It’s a well-known fact that the gods have their fun by making us lose our shit whenever we meet someone we actually like. Yet every now and then you come across someone who doesn’t mind that, in your blind panic, you’ve just asked them what their favorite shade of curtain is, or spent the last ten minutes talking animatedly about rain.
By some happy miracle, they’ve stopped outside the shop window to your soul, liked what they’ve seen and decided to come on in for a browse around. So far so good, until you tell anyone else about it.
Once you do that, you open the door to advise. Now, most of it is good, helpful, sound advice. But some of it belongs to the black box of dating fears known as the Fuck Box. There is one Fuck Box per circle of friends, and inside the Fuck Box, we collectively and carefully store the dozens of terrible dating experiences we’ve had. Together, these memories try to entice us not to follow our instincts, not to be too keen, not to share those doubts, not to give away too much too soon.
It’s much like a broadband subscription, where we feel we have to entice someone up front with our pretend low-maintenance breezy outlook and then only once they’re hooked and too lazy to change, bam! We hit them with the astronomical cost of our actual personality.
The logic behind this is that since we find strong, confident people more attractive, and in reality, we are all actually anxious, needy and flawed, we, therefore, have to fake it. If we don’t, if we’re too vulnerable too early, we’ll scare them off.
This really sucks, because love is one of those things in life that is offered up to us as a counterweight to all of the nonsense. It’s not there to be held at arm’s length. It’s losing-your-mind-in-the-crowd-of-a-festival, leaping-into-a-pool, slamming-back-a-shot fantastic. Don’t sit there calmly and sip it!
So what’s the answer? Well, it’s emphatically not the trite “just be yourself” bollocks. We mean well when we say that, but in doing so we ignore the problem. If we follow the logic above, we’re clearly more worried about being impressive than we are about being genuine.
In fact, what we need to do is accept that those two things aren’t mutually exclusive. That in fact, the more vulnerable, weird and ‘us’ we are, the more confident and strong we look. We’ve all been at parties where the most attractive person gently bats away their own achievements in a self-deprecating fashion, whilst one absolute twat is overcompensating with yet another tale of their awesomeness. We see it and respond to it in other people, now we just need to do it ourselves.

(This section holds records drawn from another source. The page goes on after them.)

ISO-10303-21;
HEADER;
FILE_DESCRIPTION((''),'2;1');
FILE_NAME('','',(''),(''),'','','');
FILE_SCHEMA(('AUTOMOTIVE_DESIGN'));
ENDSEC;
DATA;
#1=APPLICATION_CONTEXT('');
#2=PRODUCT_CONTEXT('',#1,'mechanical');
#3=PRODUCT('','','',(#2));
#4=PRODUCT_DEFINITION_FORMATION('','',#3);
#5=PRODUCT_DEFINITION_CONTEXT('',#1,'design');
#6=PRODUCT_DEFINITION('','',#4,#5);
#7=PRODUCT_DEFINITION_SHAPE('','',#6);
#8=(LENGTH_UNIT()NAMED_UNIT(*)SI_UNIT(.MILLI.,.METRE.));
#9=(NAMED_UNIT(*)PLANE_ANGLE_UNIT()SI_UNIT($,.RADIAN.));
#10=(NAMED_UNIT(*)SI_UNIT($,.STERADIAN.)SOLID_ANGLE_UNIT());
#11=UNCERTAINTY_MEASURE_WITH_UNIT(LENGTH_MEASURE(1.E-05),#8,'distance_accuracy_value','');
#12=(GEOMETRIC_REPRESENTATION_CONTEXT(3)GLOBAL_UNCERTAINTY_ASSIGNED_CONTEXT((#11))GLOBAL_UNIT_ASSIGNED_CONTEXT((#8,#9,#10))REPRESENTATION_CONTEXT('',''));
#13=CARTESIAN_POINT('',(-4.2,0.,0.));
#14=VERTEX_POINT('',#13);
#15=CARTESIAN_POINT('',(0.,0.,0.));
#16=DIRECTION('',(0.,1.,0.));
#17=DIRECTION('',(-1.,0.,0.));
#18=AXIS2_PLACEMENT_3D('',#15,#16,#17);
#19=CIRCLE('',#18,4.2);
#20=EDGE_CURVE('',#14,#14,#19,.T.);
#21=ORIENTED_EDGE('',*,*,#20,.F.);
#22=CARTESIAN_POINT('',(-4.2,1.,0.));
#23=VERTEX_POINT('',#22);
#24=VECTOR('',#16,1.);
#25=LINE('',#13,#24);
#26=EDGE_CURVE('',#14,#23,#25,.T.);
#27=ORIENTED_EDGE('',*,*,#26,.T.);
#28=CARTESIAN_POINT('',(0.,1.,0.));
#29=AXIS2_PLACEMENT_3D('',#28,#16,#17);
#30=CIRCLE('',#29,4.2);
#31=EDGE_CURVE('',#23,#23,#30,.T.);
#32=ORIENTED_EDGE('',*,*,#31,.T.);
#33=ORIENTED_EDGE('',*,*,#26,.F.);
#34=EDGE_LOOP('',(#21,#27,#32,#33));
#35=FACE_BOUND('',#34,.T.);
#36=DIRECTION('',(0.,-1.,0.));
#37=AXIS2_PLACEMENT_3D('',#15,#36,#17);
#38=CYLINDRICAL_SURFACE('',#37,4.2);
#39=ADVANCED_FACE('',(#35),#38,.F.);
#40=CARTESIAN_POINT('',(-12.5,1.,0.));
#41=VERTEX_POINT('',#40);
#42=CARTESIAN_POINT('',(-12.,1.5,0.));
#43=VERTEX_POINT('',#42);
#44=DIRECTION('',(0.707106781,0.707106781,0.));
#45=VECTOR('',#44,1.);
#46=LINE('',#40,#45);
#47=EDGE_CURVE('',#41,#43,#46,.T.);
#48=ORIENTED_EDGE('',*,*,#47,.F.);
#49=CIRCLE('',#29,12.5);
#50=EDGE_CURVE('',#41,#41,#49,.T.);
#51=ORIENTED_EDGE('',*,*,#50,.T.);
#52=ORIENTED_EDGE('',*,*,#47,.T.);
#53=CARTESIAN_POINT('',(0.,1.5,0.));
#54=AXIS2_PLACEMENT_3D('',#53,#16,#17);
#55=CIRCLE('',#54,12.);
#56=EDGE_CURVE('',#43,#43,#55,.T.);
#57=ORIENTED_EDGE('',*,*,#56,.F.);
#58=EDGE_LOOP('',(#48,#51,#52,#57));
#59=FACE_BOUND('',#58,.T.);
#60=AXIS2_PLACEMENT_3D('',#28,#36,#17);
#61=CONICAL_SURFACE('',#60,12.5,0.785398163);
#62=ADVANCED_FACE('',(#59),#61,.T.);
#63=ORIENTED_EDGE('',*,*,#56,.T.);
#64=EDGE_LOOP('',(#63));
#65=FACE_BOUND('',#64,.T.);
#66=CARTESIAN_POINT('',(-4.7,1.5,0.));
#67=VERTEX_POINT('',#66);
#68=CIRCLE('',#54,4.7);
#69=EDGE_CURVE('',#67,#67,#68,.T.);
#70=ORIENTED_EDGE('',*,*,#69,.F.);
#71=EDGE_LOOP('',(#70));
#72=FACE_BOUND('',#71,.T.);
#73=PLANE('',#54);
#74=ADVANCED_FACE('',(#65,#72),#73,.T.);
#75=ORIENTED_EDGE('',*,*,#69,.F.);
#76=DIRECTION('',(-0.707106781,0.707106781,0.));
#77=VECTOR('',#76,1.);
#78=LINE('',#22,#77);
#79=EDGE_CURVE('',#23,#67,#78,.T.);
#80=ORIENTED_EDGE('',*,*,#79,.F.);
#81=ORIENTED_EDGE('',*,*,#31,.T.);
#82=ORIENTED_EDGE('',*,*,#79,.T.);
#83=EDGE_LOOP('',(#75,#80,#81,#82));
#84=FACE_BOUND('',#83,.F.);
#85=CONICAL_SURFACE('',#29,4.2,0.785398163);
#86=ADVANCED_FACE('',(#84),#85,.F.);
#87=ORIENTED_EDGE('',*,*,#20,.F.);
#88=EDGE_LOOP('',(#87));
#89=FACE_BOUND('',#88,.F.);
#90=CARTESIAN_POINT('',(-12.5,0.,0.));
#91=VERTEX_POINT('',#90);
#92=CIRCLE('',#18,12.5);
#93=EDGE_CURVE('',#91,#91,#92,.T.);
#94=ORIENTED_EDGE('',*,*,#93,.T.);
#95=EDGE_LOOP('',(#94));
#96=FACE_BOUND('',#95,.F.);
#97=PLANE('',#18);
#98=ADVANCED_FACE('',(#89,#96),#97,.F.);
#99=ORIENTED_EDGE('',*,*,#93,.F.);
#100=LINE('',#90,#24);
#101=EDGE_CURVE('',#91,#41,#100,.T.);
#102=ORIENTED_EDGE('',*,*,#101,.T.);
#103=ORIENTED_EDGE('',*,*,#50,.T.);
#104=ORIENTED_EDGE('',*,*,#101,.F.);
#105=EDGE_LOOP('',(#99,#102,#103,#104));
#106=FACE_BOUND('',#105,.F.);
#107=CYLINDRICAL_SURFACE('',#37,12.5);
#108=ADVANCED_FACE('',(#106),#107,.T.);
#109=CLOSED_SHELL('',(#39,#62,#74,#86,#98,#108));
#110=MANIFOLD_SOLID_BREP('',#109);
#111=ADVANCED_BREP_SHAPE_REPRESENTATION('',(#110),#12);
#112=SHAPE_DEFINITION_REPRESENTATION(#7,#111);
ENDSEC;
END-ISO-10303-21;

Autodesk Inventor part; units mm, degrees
ref_plane "YZ Plane" through (0, 0, 0) normal (1, 0, 0) x (0, 1, 0)
ref_plane "XZ Plane" through (0, 0, 0) normal (0, 1, 0) x (-1, 0, 0)
ref_plane "XY Plane" through (0, 0, 0) normal (0, 0, 1) x (1, 0, 0)
sketch "Sketch1" plane through (0, 0, 0) normal (0, 1, 0) x (-1, 0, 0)
  circle A0 centre (0, 0) radius 4.2
  circle A1 centre (0, 0) radius 12.5
  dimension "d0" = 8.4
  dimension "d1" = 25
extrude "Extrusion1" add sketch "Sketch1" along normal blind 1.5
chamfer "Chamfer1" distance 0.5 angle 45 2 edges at (12.5, 1.5, 0) (4.2, 1.5, 0)
properties part number "M8 Mudguard Washer RS 660-4771"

So the next time the synapses in your brain start frantically banging the bell designed to tell you when you’re looking into the eyes of someone pretty damn special, don’t try to pass yourself off as a normal member of the human race. Give them the full, director’s cut version of your utter weirdness. Tell them about your hypochondria, your obsession with period armchairs or the fact that sometimes, when no one is looking, you add some excitement to your life by pretending that the iPhone you are holding is really a Walther PPK.
It will be a lot more fun.
After all, love isn’t about winning. It’s about accepting that we’re all just a bunch of losers. And we’re all the better for it.
P.S. This concept will officially become mainstream as soon as Cara Delevingne is photographed wearing a graphic t-shirt with ‘Love like a loser’ emblazoned across the top. I suggest you get on board now.